《北京的城牆與城門》:聊聊城牆背後的文化底蘊

一段城牆,如一座城市的骨骼。

晨光熹微,在稱門洞下來往穿梭的人群熙熙攘攘,組成了城市的血肉。在過去,城牆庇佑著城市,把它整齊地劃分為單元和院落,星羅棋佈,一切都井然有序。

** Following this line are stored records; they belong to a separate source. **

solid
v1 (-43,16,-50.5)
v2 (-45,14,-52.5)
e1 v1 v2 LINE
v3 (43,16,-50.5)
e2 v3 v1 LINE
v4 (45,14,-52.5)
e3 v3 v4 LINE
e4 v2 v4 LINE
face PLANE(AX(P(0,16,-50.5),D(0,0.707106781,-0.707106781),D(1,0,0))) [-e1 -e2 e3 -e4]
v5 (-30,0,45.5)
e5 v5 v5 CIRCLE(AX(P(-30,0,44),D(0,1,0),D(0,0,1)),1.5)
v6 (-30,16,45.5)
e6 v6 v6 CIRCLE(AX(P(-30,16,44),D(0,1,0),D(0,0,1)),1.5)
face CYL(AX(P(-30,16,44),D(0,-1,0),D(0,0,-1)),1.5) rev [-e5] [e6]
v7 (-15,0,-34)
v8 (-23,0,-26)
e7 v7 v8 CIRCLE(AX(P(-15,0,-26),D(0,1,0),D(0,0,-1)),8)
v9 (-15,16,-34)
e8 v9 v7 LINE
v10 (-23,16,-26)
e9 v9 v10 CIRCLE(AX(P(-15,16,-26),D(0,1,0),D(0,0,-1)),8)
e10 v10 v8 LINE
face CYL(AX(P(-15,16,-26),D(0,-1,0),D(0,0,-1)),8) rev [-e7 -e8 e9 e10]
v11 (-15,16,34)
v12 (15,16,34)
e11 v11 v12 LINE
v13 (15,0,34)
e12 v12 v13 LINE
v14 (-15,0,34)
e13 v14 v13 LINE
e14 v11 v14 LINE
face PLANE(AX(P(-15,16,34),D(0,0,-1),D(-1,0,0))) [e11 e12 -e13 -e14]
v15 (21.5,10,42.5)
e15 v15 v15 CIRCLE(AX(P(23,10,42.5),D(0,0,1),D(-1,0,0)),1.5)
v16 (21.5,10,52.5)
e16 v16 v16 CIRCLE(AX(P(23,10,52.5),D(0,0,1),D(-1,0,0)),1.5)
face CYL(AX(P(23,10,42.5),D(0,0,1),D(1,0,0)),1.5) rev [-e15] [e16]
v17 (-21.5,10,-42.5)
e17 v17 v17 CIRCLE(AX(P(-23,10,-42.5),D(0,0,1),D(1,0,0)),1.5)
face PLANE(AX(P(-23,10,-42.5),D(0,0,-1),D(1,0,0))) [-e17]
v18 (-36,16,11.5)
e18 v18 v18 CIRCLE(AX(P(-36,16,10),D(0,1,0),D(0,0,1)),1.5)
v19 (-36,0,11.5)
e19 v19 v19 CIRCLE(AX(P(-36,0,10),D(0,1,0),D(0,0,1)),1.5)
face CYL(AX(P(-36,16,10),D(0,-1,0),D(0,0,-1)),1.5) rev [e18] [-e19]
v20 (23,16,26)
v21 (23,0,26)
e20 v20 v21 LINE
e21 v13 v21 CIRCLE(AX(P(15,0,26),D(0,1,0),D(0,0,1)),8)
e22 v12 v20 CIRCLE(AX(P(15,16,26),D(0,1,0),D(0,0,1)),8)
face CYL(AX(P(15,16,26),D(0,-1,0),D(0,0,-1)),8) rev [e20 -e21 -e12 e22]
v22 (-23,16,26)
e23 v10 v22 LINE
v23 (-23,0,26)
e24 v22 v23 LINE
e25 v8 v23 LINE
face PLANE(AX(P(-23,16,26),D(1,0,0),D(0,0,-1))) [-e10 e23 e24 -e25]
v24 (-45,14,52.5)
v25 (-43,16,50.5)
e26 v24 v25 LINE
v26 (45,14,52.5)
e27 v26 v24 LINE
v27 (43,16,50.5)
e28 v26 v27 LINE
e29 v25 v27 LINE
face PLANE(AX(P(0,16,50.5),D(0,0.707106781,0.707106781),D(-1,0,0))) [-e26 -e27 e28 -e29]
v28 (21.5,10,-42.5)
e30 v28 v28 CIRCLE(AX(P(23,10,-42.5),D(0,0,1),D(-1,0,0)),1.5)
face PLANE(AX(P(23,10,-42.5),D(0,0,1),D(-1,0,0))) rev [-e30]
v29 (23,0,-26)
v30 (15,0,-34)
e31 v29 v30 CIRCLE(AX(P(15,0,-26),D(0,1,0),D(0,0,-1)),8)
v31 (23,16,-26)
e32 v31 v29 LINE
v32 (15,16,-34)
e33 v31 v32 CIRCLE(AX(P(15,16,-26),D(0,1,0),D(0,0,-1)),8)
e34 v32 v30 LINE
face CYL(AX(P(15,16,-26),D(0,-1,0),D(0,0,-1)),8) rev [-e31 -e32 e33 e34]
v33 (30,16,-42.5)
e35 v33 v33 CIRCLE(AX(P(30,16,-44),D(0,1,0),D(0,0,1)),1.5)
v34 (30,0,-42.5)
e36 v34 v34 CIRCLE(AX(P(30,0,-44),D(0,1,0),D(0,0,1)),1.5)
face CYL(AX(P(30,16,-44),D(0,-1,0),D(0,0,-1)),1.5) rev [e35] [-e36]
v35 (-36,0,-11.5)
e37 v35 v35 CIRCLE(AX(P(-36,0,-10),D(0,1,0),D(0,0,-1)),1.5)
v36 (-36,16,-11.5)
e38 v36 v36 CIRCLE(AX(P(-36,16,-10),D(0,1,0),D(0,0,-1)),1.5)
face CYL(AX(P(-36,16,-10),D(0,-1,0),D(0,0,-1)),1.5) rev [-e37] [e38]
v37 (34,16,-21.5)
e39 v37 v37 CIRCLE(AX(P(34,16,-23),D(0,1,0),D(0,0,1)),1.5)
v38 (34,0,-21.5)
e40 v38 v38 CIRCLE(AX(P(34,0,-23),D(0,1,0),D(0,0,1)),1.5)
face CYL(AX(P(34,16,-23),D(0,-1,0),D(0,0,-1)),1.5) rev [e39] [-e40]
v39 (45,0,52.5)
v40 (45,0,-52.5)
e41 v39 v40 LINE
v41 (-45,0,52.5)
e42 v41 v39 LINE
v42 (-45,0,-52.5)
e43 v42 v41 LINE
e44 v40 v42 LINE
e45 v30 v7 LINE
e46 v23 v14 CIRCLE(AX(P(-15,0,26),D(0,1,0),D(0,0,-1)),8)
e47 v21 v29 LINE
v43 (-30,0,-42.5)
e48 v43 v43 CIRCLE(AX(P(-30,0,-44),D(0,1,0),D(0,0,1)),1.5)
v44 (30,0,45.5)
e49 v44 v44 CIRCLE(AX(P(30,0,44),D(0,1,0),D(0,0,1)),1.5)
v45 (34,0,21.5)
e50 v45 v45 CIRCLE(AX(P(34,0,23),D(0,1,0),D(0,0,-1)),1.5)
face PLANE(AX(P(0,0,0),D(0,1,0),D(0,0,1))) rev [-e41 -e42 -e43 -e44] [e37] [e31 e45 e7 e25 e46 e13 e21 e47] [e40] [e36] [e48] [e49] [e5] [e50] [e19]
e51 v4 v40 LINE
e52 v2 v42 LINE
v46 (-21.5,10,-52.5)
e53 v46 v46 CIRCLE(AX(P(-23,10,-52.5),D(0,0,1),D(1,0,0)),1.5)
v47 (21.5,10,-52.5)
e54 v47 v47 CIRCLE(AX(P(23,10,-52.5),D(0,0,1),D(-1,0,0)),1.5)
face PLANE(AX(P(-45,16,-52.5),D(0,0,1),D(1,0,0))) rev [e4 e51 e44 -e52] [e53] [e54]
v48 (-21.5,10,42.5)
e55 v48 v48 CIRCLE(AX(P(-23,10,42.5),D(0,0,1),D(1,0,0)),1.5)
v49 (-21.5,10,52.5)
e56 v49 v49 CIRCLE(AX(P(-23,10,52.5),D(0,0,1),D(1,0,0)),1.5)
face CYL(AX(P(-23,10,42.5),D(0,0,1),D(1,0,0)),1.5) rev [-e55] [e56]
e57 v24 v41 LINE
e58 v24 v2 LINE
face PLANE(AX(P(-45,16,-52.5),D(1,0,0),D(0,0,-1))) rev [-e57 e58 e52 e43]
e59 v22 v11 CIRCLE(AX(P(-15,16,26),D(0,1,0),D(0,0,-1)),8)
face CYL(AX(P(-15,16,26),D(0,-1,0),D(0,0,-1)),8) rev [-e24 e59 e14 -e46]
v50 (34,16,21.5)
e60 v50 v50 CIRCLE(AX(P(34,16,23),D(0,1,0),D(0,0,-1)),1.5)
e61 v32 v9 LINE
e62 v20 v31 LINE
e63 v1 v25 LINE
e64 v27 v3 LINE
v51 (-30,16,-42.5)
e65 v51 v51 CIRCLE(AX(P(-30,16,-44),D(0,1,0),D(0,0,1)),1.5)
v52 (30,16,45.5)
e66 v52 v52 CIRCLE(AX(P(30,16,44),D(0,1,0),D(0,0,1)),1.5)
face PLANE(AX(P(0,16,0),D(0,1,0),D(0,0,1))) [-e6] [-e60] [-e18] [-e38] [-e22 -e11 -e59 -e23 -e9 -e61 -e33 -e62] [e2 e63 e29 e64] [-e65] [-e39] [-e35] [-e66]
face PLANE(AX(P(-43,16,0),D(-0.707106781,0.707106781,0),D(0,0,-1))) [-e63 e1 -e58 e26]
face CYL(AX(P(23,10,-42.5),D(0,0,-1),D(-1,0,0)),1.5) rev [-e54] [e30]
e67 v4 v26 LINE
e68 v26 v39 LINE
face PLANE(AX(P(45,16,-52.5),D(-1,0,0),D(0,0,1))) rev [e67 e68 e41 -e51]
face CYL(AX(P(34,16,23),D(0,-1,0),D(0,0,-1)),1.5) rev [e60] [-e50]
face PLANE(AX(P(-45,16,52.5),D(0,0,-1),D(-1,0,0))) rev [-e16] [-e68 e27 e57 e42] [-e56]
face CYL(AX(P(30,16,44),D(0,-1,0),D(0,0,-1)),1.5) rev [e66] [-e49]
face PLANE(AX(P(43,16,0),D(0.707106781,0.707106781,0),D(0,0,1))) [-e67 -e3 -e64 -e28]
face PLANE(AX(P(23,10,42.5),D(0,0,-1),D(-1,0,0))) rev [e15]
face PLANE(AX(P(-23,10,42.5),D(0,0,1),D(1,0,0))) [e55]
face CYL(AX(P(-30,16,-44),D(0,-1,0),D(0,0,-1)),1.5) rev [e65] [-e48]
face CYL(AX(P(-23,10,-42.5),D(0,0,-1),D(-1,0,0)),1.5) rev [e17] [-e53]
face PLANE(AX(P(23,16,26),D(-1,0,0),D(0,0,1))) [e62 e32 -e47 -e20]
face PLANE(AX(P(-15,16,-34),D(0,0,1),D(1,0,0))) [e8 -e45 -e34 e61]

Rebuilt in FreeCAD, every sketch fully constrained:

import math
import FreeCAD as App
import Part
import Sketcher
from FreeCAD import Vector


def edges_at(feature, points):
    """Names of the edges that pass closest to the given points."""
    edges = feature.Shape.Edges
    near = lambda p: min(range(len(edges)), key=lambda i: edges[i].distToShape(Part.Vertex(*p))[0])
    return sorted({f"Edge{near(p) + 1}" for p in points})

doc = App.newDocument("Part")
params = doc.addObject("Spreadsheet::Sheet", "Params")
for row, (alias, value) in enumerate([
    ("sketch1_diameter", "3 mm"),
    ("sketch1_radius", "8 mm"),
    ("sketch1_width", "90 mm"),
    ("sketch1_width2", "30 mm"),
    ("sketch1_height", "105 mm"),
    ("pad1_length", "16 mm"),
    ("chamfer_size", "2 mm"),
    ("sketch2_diameter", "3 mm"),
    ("pocket1_length", "10 mm"),
], start=1):
    params.set(f"A{row}", alias)
    params.set(f"B{row}", "=" + value)
    params.setAlias(f"B{row}", alias)

body = doc.addObject("PartDesign::Body", "Body")

# Sketch on XZ plane
sketch1 = body.newObject("Sketcher::SketchObject", "Sketch")
sketch1.AttachmentSupport = (doc.getObject("XZ_Plane"), [""])
sketch1.MapMode = "FlatFace"
sketch1.addGeometry([
    Part.LineSegment(Vector(-45, -52.5, 0), Vector(-45, 52.5, 0)),  # 0
    Part.LineSegment(Vector(-45, 52.5, 0), Vector(45, 52.5, 0)),  # 1
    Part.LineSegment(Vector(45, 52.5, 0), Vector(45, -52.5, 0)),  # 2
    Part.LineSegment(Vector(45, -52.5, 0), Vector(-45, -52.5, 0)),  # 3
    Part.Circle(Vector(-30, 44, 0), Vector(0, 0, 1), 1.5),  # 4
    Part.Circle(Vector(-36, 10, 0), Vector(0, 0, 1), 1.5),  # 5
    Part.Circle(Vector(30, 44, 0), Vector(0, 0, 1), 1.5),  # 6
    Part.Circle(Vector(34, 23, 0), Vector(0, 0, 1), 1.5),  # 7
    Part.Circle(Vector(-36, -10, 0), Vector(0, 0, 1), 1.5),  # 8
    Part.Circle(Vector(-30, -44, 0), Vector(0, 0, 1), 1.5),  # 9
    Part.LineSegment(Vector(15, 34, 0), Vector(-15, 34, 0)),  # 10
    Part.ArcOfCircle(Part.Circle(Vector(-15, 26, 0), Vector(0, 0, 1), 8), math.radians(90), math.radians(180)),  # 11
    Part.LineSegment(Vector(-23, 26, 0), Vector(-23, -26, 0)),  # 12
    Part.ArcOfCircle(Part.Circle(Vector(-15, -26, 0), Vector(0, 0, 1), 8), math.radians(-180), math.radians(-90)),  # 13
    Part.LineSegment(Vector(-15, -34, 0), Vector(15, -34, 0)),  # 14
    Part.ArcOfCircle(Part.Circle(Vector(15, -26, 0), Vector(0, 0, 1), 8), math.radians(-90), math.radians(0)),  # 15
    Part.LineSegment(Vector(23, -26, 0), Vector(23, 26, 0)),  # 16
    Part.ArcOfCircle(Part.Circle(Vector(15, 26, 0), Vector(0, 0, 1), 8), math.radians(0), math.radians(90)),  # 17
    Part.Circle(Vector(34, -23, 0), Vector(0, 0, 1), 1.5),  # 18
    Part.Circle(Vector(30, -44, 0), Vector(0, 0, 1), 1.5),  # 19
], False)
sketch1.addConstraint([
    Sketcher.Constraint("Coincident", 0, 2, 1, 1),
    Sketcher.Constraint("Coincident", 1, 2, 2, 1),
    Sketcher.Constraint("Coincident", 2, 2, 3, 1),
    Sketcher.Constraint("Coincident", 3, 2, 0, 1),
    Sketcher.Constraint("Tangent", 10, 2, 11, 1),
    Sketcher.Constraint("Tangent", 11, 2, 12, 1),
    Sketcher.Constraint("Tangent", 12, 2, 13, 1),
    Sketcher.Constraint("Tangent", 13, 2, 14, 1),
    Sketcher.Constraint("Tangent", 14, 2, 15, 1),
    Sketcher.Constraint("Tangent", 15, 2, 16, 1),
    Sketcher.Constraint("Tangent", 16, 2, 17, 1),
    Sketcher.Constraint("Tangent", 17, 2, 10, 1),
    Sketcher.Constraint("Vertical", 0),
    Sketcher.Constraint("Horizontal", 1),
    Sketcher.Constraint("Vertical", 2),
    Sketcher.Constraint("Horizontal", 3),
    Sketcher.Constraint("Horizontal", 10),
    Sketcher.Constraint("Vertical", 12),
    Sketcher.Constraint("Horizontal", 14),
    Sketcher.Constraint("Vertical", 16),
    Sketcher.Constraint("Equal", 4, 5),
    Sketcher.Constraint("Equal", 5, 6),
    Sketcher.Constraint("Equal", 6, 7),
    Sketcher.Constraint("Equal", 7, 8),
    Sketcher.Constraint("Equal", 8, 9),
    Sketcher.Constraint("Equal", 11, 13),
    Sketcher.Constraint("Equal", 13, 15),
    Sketcher.Constraint("Equal", 15, 17),
    Sketcher.Constraint("Equal", 9, 18),
    Sketcher.Constraint("Equal", 18, 19),
    Sketcher.Constraint("Symmetric", 6, 3, 9, 3, -1, 1),
    Sketcher.Constraint("Symmetric", 11, 3, 15, 3, -1, 1),
    Sketcher.Constraint("Symmetric", 4, 3, 19, 3, -1, 1),
    Sketcher.Constraint("Symmetric", 0, 2, 2, 2, -1, 1),
    Sketcher.Constraint("Symmetric", 4, 3, 6, 3, -2),
    Sketcher.Constraint("Symmetric", 5, 3, 8, 3, -1),
    Sketcher.Constraint("Symmetric", 7, 3, 18, 3, -1),
    Sketcher.Constraint("Diameter", 4, 3.0),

瑞典藝術史學者喜仁龍沉迷中國傳統文化長達五十年,當他把目光投向古老的北京城牆,禁不住這樣讚美道:”當你逐漸熟悉這座大城市以後,就會覺得這些城牆是最動人心魄的古蹟,幅員遼闊,沉穩雄壯,有一種睥睨四鄰的氣魄和韻律。“他實地考察和拍攝每一段城牆,記錄下發現與思考。於是有了《北京的城牆與城門》一書。


《北京的城牆與城門》:聊聊城牆背後的文化底蘊

氣魄宏大的北京中軸線俯瞰


這位學者考察北京城牆,是在上世紀20年代的事。而今,當初很多古老的城門已經拆除,人們只能從老舊黑白照片上回憶它昔日的模樣。在人們的傳統意識裡,城牆的範圍,就是城市的範圍,沒有城牆算不上傳統意義的城市。但隨著西式建築的衝擊,新式交通的需求,一切都發生了鉅變,城牆彷彿成了一道道封閉幽深的枷鎖。只有那些古老城磚上殘存的文字還提醒著人們,它們蘊藏著的文化內涵從未曾褪去。

 

元大都:對城牆防禦根深蒂固的依賴

來自西方的旅行者馬可·波羅,到達東方的神秘之都後,非常直觀的印象就是那裡筆直,向四個方向延伸的主幹道,大氣的鋪排,將城區劃分為方形地塊。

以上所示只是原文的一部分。